In vitro culture of roses can be performed using auxiliary buds as explants (Khosh-Khui and Sink, 1982a; Arnold et al., 1995; Marcelis van Acker and Scholten, 1995; Gudin, 2001). Different factors like growth regulators, explant and agar are effective on auxiliary bud culture (Rout et al., 1999, Gudin, 2001). In vitro shoot proliferation and multiplication are largely based on media formulations containing cytokinins as a major plant growth regulator, whereas, in some cases, low concentrations of auxin and GA3 were also used (He et al., 1996; Syamal and Singh, 1996; Sahoo and Debata, 1997; Singh and Syamal, 1999; Kumar et al., 2001; Carelli and Echeverrigaray, 2002).
Inclusion of BA in the culture medium was promoted a higher number of shoots per explant compared with Kin and 2ip (Carelli and Echeverrigaray, 2002). In an experiment with R. damascena and R. bourboniana (Pati et al., 2006), the quantity of liquid medium was found to play an important role in shoot growth and multiplication which completely eliminated the possibility of vitrification and facilitated better quality shoots in terms of shoot length and thickness as compared to gelled medium.

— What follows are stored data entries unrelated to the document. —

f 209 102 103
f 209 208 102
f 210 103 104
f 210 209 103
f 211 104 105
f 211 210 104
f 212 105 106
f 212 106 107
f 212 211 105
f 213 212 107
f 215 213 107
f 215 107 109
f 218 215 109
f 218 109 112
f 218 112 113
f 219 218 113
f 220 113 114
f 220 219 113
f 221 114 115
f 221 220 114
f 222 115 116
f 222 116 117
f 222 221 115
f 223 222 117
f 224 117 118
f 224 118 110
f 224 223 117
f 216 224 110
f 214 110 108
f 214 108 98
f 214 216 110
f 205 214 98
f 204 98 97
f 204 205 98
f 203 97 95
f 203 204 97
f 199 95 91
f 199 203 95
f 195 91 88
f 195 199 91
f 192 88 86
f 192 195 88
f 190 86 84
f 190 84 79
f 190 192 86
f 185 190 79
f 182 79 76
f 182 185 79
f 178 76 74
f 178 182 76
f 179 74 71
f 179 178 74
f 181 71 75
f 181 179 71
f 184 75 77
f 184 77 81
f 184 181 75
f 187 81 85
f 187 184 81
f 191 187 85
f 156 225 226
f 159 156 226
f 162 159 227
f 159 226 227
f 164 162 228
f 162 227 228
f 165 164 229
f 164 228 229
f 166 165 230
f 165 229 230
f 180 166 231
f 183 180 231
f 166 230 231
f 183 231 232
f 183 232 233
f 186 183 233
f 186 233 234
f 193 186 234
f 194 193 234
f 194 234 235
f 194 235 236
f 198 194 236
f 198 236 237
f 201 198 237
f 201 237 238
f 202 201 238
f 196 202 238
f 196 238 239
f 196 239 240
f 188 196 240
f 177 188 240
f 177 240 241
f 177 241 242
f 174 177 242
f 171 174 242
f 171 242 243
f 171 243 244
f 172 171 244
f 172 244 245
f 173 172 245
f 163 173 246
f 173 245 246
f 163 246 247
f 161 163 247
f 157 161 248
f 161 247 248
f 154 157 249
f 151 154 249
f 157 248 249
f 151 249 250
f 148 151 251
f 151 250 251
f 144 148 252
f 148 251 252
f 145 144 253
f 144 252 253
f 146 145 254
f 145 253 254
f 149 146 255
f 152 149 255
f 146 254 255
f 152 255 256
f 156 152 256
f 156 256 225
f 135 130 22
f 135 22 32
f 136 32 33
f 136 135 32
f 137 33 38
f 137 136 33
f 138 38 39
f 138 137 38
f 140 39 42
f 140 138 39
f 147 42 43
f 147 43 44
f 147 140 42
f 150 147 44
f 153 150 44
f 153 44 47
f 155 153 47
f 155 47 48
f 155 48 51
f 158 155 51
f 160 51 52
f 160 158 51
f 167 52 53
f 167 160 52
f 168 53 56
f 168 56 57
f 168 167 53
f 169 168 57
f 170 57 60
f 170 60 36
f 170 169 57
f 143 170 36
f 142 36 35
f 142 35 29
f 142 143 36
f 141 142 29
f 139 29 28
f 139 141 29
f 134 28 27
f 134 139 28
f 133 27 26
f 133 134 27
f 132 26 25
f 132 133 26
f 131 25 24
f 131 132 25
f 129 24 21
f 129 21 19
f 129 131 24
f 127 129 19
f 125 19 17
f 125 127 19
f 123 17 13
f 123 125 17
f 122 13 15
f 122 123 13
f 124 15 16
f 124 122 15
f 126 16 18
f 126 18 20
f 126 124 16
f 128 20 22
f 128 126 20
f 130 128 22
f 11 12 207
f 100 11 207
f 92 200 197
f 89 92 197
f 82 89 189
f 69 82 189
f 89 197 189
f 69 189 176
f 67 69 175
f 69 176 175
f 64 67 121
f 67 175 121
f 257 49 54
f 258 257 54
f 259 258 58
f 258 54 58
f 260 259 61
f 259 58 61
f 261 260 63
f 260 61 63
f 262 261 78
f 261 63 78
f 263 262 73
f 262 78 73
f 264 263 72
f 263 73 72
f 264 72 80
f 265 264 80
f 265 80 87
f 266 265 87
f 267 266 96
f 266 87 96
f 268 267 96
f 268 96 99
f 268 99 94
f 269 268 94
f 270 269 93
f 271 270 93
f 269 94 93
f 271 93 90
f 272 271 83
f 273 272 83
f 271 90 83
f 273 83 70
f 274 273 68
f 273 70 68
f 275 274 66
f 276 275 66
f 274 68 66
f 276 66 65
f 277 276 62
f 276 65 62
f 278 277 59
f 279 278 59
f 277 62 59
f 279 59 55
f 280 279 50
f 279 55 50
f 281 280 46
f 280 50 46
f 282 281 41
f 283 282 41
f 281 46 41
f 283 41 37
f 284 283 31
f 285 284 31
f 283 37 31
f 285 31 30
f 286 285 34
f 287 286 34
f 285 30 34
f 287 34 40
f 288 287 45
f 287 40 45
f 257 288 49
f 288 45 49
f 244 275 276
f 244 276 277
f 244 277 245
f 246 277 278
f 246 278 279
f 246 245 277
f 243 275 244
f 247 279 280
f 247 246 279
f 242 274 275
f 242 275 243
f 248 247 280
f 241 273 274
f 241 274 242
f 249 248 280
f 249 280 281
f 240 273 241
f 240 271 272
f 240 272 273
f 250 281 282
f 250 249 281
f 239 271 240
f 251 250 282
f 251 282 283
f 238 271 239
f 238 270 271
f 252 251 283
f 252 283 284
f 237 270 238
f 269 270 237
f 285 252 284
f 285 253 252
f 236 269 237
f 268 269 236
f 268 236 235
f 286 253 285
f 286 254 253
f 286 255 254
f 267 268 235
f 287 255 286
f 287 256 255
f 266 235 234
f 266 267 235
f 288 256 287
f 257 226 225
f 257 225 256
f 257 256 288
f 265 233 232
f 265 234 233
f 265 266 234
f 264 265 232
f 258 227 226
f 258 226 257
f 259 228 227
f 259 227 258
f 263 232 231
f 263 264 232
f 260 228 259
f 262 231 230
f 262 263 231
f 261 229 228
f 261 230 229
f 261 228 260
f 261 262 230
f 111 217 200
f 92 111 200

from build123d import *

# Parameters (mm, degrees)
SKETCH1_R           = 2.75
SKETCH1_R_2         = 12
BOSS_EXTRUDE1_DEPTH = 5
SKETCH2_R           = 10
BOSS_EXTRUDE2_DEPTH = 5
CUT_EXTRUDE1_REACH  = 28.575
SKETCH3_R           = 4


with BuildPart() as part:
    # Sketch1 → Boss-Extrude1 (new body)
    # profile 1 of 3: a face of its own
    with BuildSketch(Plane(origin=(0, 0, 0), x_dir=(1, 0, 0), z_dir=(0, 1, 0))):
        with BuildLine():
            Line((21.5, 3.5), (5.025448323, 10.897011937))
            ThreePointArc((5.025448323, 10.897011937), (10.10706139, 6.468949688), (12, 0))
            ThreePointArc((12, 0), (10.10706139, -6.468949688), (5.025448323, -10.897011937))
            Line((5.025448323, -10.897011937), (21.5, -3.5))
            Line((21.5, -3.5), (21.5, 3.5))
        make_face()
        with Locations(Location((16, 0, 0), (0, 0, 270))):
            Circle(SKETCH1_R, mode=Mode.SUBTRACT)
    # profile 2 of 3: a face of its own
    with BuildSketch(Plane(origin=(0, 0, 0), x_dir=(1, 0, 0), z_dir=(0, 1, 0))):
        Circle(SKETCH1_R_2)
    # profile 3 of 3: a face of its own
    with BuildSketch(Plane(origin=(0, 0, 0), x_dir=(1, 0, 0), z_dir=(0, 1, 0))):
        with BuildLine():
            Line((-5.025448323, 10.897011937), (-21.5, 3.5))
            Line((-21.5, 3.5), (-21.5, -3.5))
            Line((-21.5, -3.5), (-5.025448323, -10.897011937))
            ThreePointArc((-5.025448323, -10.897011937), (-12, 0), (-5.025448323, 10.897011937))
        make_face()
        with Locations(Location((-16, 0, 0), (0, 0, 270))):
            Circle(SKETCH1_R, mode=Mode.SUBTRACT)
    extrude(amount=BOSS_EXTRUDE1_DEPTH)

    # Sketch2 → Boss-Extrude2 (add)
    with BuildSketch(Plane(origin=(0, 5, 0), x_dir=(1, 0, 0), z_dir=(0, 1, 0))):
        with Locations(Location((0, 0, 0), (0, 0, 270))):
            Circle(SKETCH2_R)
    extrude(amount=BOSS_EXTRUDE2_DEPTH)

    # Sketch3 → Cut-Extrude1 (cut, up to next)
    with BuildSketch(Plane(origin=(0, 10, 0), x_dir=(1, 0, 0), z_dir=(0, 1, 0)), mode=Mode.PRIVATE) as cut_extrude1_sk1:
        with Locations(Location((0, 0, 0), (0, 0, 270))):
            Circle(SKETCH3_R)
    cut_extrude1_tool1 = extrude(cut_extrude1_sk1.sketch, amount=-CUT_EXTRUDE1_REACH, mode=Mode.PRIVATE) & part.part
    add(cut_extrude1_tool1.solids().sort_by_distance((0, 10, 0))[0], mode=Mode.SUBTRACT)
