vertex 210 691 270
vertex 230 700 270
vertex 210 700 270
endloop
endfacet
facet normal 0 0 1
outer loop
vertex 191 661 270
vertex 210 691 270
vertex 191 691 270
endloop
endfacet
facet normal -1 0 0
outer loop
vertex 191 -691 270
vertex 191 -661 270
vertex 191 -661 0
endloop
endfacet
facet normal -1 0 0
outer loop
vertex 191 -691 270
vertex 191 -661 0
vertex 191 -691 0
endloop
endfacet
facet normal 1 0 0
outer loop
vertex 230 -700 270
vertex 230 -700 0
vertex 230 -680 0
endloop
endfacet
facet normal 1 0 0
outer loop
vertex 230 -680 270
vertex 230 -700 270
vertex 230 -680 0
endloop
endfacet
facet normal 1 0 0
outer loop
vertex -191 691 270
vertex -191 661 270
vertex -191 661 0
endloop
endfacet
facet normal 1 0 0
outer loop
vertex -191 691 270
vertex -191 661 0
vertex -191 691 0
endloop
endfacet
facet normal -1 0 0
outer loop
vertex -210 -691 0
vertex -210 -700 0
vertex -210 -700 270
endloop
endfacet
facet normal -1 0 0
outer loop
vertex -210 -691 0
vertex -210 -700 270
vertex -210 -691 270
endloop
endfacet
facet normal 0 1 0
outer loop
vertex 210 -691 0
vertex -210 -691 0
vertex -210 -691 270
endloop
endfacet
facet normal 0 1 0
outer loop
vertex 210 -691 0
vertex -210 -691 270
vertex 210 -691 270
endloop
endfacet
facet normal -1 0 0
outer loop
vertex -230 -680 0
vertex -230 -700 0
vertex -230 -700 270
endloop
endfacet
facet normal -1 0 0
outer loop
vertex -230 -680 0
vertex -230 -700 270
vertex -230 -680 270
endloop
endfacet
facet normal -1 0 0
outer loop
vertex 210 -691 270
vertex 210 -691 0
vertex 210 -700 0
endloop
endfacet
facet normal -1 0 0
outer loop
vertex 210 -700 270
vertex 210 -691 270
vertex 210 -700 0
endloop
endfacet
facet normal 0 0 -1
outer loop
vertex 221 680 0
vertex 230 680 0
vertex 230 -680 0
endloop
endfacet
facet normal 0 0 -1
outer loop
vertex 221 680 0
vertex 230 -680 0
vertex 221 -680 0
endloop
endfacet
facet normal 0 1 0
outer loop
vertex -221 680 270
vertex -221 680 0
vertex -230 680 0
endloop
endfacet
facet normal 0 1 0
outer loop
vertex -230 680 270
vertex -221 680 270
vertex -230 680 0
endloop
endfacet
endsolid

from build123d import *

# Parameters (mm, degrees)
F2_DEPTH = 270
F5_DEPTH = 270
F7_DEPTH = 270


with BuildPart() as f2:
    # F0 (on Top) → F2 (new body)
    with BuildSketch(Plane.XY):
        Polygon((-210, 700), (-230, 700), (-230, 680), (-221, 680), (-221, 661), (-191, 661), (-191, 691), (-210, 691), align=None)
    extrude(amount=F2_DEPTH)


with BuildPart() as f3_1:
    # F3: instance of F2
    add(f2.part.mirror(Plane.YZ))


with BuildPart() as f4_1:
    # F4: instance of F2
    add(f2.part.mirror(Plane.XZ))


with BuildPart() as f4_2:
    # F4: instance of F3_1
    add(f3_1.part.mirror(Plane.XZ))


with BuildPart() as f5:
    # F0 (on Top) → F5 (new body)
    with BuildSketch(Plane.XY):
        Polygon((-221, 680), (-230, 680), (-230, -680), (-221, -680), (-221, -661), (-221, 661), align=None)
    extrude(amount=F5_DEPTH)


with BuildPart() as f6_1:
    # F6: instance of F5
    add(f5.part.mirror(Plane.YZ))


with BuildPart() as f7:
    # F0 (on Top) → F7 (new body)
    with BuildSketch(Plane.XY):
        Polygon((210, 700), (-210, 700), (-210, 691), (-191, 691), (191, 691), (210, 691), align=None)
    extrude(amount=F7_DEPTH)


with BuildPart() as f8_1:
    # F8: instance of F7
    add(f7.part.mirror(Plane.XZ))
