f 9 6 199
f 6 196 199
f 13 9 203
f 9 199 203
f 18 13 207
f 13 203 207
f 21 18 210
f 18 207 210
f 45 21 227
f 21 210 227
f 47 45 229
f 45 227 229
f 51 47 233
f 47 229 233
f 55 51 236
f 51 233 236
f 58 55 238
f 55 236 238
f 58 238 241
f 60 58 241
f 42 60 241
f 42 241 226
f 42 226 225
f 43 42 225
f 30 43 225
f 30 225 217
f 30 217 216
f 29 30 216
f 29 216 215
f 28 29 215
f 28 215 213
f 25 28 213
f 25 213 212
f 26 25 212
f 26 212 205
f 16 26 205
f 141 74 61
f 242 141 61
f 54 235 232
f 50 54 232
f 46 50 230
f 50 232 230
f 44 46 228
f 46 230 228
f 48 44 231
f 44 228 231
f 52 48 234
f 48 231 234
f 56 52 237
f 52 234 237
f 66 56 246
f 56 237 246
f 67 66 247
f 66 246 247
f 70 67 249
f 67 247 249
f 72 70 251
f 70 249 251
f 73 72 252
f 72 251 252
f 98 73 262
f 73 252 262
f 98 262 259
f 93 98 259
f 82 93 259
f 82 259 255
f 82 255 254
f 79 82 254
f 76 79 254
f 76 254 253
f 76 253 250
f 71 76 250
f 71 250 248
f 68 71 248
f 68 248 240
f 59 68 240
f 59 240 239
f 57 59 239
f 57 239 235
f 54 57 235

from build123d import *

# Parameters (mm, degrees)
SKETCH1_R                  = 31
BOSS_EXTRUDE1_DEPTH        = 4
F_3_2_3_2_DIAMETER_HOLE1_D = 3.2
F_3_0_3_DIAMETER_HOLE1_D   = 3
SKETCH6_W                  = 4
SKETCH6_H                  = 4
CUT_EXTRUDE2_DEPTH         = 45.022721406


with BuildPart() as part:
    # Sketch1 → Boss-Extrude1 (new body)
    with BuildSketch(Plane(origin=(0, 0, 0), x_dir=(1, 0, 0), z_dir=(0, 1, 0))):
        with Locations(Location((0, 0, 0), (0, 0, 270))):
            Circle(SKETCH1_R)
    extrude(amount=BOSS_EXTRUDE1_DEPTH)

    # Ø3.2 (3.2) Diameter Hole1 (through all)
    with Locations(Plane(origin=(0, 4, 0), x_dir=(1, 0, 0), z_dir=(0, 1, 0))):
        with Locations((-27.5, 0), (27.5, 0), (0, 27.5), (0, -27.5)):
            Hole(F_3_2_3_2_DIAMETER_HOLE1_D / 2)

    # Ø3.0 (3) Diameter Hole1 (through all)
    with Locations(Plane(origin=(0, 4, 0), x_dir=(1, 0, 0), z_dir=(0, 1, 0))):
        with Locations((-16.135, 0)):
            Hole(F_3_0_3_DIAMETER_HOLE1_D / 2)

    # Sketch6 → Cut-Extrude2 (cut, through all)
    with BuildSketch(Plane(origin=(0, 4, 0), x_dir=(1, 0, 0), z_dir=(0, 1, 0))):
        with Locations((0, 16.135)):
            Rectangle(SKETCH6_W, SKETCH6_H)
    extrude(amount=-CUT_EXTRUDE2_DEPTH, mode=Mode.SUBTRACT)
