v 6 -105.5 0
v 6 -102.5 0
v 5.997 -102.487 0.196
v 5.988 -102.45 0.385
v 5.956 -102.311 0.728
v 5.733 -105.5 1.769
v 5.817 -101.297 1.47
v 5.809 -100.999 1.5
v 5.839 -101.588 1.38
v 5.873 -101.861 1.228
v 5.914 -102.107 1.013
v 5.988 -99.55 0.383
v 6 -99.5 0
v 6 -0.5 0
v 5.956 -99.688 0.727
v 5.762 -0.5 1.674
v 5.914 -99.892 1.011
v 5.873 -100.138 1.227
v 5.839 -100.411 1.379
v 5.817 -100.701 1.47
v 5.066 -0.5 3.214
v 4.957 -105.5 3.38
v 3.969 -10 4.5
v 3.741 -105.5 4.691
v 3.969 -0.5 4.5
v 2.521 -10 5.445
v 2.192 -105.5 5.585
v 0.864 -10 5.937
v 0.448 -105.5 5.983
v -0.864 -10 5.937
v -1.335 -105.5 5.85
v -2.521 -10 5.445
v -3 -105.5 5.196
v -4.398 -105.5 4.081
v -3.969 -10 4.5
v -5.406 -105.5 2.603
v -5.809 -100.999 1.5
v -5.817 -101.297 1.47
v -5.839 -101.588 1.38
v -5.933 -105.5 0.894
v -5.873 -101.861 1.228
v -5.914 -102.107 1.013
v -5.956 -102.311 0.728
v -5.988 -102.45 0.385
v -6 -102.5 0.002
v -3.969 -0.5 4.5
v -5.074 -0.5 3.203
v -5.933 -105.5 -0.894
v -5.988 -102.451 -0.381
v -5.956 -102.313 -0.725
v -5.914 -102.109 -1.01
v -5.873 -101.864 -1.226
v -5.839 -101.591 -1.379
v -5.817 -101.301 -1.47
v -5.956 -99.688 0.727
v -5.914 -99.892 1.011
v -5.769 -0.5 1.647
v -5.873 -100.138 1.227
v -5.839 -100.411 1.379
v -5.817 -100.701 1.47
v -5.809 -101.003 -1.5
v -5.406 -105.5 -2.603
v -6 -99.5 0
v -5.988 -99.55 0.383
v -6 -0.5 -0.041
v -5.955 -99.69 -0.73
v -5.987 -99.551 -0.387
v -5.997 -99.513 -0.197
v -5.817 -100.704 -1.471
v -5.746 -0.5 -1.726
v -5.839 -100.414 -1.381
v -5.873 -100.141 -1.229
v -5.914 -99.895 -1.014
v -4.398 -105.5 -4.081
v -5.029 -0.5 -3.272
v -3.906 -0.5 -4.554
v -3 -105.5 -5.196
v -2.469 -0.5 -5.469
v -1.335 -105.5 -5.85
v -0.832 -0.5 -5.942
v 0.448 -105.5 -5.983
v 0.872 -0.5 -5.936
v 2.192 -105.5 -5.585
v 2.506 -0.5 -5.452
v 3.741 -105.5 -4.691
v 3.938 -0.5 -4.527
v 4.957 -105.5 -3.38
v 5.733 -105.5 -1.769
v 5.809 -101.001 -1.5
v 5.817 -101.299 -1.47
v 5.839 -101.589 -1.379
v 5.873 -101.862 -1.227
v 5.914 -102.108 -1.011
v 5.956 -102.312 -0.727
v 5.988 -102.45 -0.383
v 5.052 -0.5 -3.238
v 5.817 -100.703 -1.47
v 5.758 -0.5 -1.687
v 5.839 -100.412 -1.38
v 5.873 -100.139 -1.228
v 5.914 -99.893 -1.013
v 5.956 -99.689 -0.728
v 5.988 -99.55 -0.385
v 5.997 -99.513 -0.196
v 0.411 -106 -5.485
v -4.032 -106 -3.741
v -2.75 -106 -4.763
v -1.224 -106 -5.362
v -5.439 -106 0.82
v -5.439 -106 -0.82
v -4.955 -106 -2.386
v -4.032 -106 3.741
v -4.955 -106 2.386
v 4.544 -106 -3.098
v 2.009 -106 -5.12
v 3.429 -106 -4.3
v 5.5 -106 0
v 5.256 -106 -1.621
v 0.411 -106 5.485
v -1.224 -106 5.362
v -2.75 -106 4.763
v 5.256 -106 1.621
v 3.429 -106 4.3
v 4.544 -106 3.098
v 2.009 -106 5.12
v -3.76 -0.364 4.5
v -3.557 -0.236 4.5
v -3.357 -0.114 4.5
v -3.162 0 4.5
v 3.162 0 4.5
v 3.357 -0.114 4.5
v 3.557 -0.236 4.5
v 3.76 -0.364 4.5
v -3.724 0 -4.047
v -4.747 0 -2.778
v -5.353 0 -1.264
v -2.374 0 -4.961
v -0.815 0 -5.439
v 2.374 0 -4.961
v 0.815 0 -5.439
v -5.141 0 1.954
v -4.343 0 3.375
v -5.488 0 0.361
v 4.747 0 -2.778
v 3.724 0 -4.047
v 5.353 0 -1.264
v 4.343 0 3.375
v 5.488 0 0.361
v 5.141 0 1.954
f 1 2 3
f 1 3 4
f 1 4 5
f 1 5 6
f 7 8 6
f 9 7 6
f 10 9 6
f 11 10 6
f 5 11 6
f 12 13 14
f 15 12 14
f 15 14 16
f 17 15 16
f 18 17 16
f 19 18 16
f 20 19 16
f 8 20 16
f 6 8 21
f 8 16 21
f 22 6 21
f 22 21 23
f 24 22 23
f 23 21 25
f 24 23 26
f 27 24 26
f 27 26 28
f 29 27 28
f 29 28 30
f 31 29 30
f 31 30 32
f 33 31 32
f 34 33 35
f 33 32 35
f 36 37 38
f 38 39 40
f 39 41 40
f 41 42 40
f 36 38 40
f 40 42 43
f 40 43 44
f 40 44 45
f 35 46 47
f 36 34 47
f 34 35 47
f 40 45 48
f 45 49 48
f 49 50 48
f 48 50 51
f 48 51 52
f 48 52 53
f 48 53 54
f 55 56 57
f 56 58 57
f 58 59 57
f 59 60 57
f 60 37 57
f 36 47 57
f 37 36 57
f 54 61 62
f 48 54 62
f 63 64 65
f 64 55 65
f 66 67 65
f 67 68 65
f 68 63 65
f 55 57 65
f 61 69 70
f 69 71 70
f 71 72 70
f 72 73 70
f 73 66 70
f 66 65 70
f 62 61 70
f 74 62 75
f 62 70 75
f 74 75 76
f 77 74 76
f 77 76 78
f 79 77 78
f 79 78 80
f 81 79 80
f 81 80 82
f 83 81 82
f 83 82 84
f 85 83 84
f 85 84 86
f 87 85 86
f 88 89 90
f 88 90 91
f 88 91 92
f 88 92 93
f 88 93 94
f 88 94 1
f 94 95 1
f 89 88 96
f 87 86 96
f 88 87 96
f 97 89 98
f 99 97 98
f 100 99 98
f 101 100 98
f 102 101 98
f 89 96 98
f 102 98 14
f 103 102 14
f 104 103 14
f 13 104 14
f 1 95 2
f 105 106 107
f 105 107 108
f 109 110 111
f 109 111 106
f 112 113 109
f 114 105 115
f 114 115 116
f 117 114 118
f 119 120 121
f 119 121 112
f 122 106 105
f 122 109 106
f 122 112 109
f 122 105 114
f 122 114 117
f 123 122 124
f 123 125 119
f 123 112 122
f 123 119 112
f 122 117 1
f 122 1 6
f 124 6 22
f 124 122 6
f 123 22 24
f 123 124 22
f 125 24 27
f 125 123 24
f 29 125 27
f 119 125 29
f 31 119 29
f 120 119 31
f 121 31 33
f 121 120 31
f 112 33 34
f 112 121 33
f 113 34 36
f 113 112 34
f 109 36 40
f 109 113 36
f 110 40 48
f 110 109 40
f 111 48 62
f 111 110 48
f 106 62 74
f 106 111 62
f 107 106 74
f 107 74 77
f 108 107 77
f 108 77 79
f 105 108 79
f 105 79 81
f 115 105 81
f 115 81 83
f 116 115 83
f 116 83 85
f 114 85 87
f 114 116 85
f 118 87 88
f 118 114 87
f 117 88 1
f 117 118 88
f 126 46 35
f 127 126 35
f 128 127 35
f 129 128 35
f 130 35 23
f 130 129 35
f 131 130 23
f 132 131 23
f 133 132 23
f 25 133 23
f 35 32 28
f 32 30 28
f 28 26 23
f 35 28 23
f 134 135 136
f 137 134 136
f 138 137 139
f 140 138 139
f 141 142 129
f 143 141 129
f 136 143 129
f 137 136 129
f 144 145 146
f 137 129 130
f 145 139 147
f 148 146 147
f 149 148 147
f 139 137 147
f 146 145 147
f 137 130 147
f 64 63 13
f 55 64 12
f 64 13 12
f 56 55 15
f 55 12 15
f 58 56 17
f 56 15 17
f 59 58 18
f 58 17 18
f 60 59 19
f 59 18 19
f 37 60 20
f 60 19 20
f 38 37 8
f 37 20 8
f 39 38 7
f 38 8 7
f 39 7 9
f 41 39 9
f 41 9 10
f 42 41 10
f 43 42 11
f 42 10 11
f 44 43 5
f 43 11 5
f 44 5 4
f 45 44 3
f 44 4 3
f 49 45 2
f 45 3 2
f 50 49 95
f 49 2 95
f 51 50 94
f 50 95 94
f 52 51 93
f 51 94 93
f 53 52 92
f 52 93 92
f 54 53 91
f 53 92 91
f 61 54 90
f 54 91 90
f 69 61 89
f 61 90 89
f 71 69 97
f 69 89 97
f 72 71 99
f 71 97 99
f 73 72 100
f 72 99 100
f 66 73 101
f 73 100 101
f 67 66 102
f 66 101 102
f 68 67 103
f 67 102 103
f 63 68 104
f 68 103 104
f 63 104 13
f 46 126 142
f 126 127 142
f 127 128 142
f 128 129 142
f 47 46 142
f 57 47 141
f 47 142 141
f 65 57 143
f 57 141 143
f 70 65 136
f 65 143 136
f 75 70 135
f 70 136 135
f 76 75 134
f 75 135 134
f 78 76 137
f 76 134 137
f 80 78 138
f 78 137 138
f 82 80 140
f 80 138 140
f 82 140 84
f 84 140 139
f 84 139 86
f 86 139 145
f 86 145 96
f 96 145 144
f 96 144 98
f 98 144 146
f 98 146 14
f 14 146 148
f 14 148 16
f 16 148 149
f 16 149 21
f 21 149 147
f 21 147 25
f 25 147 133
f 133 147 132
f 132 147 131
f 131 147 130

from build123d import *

# Parameters (mm, degrees)
F0_R     = 6
F1_DEPTH = 106
F2_SIZE  = 0.5
F3_W     = 20
F3_H     = 5
F4_DEPTH = 10
F5_R     = 1.5
F6_DEPTH = 12.5


with BuildPart() as f1:
    # F0 (on Front) → F1 (new body)
    with BuildSketch(Plane.XZ):
        Circle(F0_R)
    extrude(amount=F1_DEPTH)

    # F2
    f2_edges = [f1.edges().sort_by_distance(p)[0] for p in [
        (-6, -106, 0),
        (-6, 0, 0),
    ]]
    chamfer(f2_edges, length=F2_SIZE)

    # F3 (on Front) → F4 (cut)
    with BuildSketch(Plane.XZ):
        with Locations((0, 7)):
            Rectangle(F3_W, F3_H)
    extrude(amount=F4_DEPTH, mode=Mode.SUBTRACT)

    # F5 (on Right) → F6 (cut, symmetric)
    with BuildSketch(Plane.YZ):
        with Locations((-101, 0)):
            Circle(F5_R)
    extrude(amount=F6_DEPTH, both=True, mode=Mode.SUBTRACT)


solid = f1.part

Arnold et al. (1995) reported that microshoots of Rosa kordesii cultivars ‘Jchin Fanklin’ and ‘Champlain’ rooted normally in MS medium with low or no auxin. Optimum rooting in cultivar ‘Champlain’ was achieved at a high concentration of IAA with low concentration of salt or intermediate concentration of IBA and NAA with low to medium concentrations of salt. Excised shoots of R. hybrida L. were rooted well on ½ MS free hormone medium (Ibrahim and Debergh, 2001).
The major objective of this study was to micropropagate the cultivar ‘Rafaela’ which is an important cultivar of roses in Iran and optimizing the hormones, agar and mineral salts levels for proliferation and rooting and also finding the best soil mixture for acclimatization of this cultivar.
MATERIALS AND METHODS
Plant Material
In early October 2004, single undeveloped axillary buds were excised from
the middle part of vegetative shoots of greenhouse-grown cultivar ‘Rafaela’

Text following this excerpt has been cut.